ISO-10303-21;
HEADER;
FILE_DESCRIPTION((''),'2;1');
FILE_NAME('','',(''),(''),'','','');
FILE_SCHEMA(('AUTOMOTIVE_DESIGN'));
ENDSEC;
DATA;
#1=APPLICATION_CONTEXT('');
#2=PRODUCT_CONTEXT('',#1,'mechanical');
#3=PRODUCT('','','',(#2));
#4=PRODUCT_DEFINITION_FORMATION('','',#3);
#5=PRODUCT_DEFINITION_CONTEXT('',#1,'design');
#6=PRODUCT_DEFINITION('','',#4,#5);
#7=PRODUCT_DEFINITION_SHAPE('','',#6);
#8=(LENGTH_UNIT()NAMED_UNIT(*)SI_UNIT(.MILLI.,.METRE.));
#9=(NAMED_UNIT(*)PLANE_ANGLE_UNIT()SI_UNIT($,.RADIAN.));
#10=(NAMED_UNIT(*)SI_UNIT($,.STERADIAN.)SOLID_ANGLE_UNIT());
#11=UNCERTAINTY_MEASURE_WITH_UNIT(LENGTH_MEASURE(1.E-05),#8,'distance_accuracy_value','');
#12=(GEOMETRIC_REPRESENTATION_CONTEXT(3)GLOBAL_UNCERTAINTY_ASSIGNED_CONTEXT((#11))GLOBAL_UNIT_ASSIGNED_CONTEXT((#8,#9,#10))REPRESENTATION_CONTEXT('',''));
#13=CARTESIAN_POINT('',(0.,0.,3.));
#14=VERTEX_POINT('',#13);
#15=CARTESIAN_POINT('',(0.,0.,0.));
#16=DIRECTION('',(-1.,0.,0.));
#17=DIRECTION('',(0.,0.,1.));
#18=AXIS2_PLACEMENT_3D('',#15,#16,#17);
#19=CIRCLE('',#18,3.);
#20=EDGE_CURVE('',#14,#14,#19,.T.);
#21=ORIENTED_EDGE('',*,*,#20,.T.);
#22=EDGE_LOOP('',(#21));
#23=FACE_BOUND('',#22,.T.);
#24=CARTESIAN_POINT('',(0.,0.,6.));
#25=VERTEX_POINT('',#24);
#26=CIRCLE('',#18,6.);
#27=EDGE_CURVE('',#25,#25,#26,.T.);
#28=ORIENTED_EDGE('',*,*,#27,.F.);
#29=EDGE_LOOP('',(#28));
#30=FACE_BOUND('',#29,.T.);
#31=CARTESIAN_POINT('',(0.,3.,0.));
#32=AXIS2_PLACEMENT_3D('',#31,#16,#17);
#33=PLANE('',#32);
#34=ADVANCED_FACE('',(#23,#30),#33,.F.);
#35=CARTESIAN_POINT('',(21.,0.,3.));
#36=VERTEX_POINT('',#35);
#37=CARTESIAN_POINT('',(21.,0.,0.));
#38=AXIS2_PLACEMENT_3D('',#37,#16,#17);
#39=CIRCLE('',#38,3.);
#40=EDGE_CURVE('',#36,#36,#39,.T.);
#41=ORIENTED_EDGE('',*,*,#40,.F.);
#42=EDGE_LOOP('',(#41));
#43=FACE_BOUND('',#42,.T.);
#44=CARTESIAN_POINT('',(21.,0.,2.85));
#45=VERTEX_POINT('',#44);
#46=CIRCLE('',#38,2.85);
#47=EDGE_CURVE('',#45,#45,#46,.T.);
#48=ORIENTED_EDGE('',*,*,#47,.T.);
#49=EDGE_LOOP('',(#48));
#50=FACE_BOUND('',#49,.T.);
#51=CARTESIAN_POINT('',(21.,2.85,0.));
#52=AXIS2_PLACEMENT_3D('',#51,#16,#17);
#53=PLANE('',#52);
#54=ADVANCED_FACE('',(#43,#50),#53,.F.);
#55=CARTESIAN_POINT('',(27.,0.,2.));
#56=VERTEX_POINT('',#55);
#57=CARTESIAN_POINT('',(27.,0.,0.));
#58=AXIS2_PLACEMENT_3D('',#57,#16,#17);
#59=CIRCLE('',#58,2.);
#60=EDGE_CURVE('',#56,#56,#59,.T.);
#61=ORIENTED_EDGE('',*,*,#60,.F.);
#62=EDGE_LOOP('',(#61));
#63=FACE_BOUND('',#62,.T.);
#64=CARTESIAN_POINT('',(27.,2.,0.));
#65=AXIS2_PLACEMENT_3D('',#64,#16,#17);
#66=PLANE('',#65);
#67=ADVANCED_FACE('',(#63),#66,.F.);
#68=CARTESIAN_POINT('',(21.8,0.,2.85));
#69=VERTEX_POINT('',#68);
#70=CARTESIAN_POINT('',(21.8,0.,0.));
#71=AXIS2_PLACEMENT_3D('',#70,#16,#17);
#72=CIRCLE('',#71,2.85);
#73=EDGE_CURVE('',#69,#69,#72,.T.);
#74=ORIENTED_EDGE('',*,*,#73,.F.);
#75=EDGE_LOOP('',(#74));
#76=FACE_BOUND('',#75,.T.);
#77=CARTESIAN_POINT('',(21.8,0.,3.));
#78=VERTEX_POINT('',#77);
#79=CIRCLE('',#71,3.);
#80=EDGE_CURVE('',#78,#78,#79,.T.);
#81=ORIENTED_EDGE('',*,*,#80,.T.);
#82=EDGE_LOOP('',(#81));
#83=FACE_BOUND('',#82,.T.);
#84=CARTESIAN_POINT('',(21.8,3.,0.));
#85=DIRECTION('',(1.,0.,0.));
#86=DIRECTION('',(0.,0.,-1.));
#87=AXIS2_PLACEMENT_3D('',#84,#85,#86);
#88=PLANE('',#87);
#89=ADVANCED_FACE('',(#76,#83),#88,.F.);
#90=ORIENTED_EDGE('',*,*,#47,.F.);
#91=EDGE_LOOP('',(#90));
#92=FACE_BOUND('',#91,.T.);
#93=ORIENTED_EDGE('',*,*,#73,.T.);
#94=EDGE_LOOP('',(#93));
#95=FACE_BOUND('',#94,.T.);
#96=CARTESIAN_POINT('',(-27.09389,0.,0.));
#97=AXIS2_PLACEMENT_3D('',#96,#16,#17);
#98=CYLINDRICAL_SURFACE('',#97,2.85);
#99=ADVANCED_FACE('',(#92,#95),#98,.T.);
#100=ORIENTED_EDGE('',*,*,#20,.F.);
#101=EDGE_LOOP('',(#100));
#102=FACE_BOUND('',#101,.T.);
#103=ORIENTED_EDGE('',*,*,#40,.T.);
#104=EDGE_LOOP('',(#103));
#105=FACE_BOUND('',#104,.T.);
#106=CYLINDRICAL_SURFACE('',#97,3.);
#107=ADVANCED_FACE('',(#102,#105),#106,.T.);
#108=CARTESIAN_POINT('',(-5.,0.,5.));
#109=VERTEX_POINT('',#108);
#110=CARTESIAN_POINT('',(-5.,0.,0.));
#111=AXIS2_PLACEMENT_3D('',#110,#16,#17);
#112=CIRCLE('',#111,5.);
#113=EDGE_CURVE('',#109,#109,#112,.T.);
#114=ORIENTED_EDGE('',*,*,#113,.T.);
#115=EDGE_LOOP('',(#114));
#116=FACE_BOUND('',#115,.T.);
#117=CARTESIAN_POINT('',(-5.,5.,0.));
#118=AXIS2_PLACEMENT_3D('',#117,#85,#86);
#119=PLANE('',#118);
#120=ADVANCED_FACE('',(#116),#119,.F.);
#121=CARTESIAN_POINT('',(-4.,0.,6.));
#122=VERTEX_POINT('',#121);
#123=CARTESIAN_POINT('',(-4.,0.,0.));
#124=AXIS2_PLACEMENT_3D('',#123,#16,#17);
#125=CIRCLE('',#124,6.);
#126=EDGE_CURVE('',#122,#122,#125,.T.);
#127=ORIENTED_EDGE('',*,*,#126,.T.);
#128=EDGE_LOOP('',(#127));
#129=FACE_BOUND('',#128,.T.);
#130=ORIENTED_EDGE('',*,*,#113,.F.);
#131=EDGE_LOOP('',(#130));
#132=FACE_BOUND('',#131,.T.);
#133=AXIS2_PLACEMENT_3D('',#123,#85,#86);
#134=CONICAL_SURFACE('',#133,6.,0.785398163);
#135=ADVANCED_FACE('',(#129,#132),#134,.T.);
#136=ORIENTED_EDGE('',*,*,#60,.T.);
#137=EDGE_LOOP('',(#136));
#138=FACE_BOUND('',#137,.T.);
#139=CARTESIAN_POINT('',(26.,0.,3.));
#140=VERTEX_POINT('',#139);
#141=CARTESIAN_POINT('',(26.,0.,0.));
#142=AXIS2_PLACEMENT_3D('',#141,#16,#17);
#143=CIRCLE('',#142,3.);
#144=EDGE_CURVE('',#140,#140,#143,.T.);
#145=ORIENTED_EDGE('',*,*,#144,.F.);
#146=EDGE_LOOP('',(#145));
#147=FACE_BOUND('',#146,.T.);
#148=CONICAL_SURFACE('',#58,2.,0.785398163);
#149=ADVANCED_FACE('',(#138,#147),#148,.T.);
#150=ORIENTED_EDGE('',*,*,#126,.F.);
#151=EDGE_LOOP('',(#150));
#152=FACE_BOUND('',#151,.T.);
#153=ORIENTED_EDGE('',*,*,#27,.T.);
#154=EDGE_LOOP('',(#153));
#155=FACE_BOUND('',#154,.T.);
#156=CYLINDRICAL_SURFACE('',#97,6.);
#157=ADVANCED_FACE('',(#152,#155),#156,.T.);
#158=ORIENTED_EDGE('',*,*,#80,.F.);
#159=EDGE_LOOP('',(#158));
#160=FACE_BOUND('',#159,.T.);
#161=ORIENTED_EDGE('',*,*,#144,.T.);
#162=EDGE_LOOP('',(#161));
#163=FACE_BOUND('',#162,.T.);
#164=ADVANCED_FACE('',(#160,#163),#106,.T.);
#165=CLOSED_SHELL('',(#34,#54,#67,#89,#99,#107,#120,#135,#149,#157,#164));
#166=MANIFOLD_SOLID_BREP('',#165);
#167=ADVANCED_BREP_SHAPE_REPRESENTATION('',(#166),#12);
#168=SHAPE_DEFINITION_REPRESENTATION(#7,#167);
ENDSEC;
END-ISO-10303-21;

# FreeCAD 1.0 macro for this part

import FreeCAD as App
import Part
import Sketcher
from FreeCAD import Vector
Q = App.Units.Quantity


def add_polygon(sketch, points):
    """Adds a closed chain of lines whose ends are joined by coincident constraints."""
    first, n = sketch.GeometryCount, len(points)
    for a, b in zip(points, points[1:] + points[:1]):
        sketch.addGeometry(Part.LineSegment(App.Vector(*a, 0), App.Vector(*b, 0)), False)
    for i in range(n):
        sketch.addConstraint(Sketcher.Constraint("Coincident", first + i, 2, first + (i + 1) % n, 1))

doc = App.newDocument("Part")
body = doc.addObject("PartDesign::Body", "Body")

# Sketch on XY plane
sketch1 = doc.addObject("Sketcher::SketchObject", "Sketch")
body.addObject(sketch1)
sketch1.AttachmentSupport = (doc.XY_Plane, [""])
sketch1.MapMode = "FlatFace"
add_polygon(sketch1, [(0, 3), (0, 6), (-4, 6), (-5, 5), (-5, 0), (27, 0), (27, 2), (26, 3), (21.8, 3), (21.8, 2.85), (21, 2.85), (21, 3)])  # lines 0-11
sketch1.addConstraint([
    Sketcher.Constraint("Vertical", 0),
    Sketcher.Constraint("Horizontal", 1),
    Sketcher.Constraint("Vertical", 3),
    Sketcher.Constraint("Horizontal", 4),
    Sketcher.Constraint("Vertical", 5),
    Sketcher.Constraint("Horizontal", 7),
    Sketcher.Constraint("Vertical", 8),
    Sketcher.Constraint("Horizontal", 9),
    Sketcher.Constraint("Vertical", 10),
    Sketcher.Constraint("Horizontal", 11),
    Sketcher.Constraint("PointOnObject", 0, 2, -2),
    Sketcher.Constraint("PointOnObject", 3, 2, -1),
    Sketcher.Constraint("Perpendicular", 2, 6),
    Sketcher.Constraint("Horizontal", 7, 2, 10, 2),
    Sketcher.Constraint("Equal", 2, 6),
    Sketcher.Constraint("DistanceX", 1, 2, 1, 1, Q("4 mm")),
    Sketcher.Constraint("DistanceX", 4, 1, 4, 2, Q("32 mm")),
    Sketcher.Constraint("DistanceX", 11, 2, 11, 1, Q("21 mm")),
    Sketcher.Constraint("DistanceY", 0, 1, 0, 2, Q("3 mm")),
    Sketcher.Constraint("DistanceY", 3, 2, 3, 1, Q("5 mm")),
    Sketcher.Constraint("DistanceY", 5, 1, 5, 2, Q("2 mm")),
    Sketcher.Constraint("DistanceX", 7, 2, 7, 1, Q("4.2 mm")),
    Sketcher.Constraint("DistanceX", 9, 2, 9, 1, Q("0.8 mm")),
    Sketcher.Constraint("DistanceY", 8, 2, 8, 1, Q("0.15 mm")),
])
revolution = doc.addObject("PartDesign::Revolution", "Revolution")
body.addObject(revolution)
revolution.Profile = sketch1
revolution.ReferenceAxis = (sketch1, ["H_Axis"])
revolution.Angle = 360

doc.recompute()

● **TASK PROMPT**:
Once you reach the line with "#19=CIRCLE('',#18,3.);" in the data above, copy it and every line after it exactly, up to and including the line with "#39=CIRCLE('',#38,3.);".

● **RESPONSE BOX**:
#19=CIRCLE('',#18,3.);
#20=EDGE_CURVE('',#14,#14,#19,.T.);
#21=ORIENTED_EDGE('',*,*,#20,.T.);
#22=EDGE_LOOP('',(#21));
#23=FACE_BOUND('',#22,.T.);
#24=CARTESIAN_POINT('',(0.,0.,6.));
#25=VERTEX_POINT('',#24);
#26=CIRCLE('',#18,6.);
#27=EDGE_CURVE('',#25,#25,#26,.T.);
#28=ORIENTED_EDGE('',*,*,#27,.F.);
#29=EDGE_LOOP('',(#28));
#30=FACE_BOUND('',#29,.T.);
#31=CARTESIAN_POINT('',(0.,3.,0.));
#32=AXIS2_PLACEMENT_3D('',#31,#16,#17);
#33=PLANE('',#32);
#34=ADVANCED_FACE('',(#23,#30),#33,.F.);
#35=CARTESIAN_POINT('',(21.,0.,3.));
#36=VERTEX_POINT('',#35);
#37=CARTESIAN_POINT('',(21.,0.,0.));
#38=AXIS2_PLACEMENT_3D('',#37,#16,#17);
#39=CIRCLE('',#38,3.);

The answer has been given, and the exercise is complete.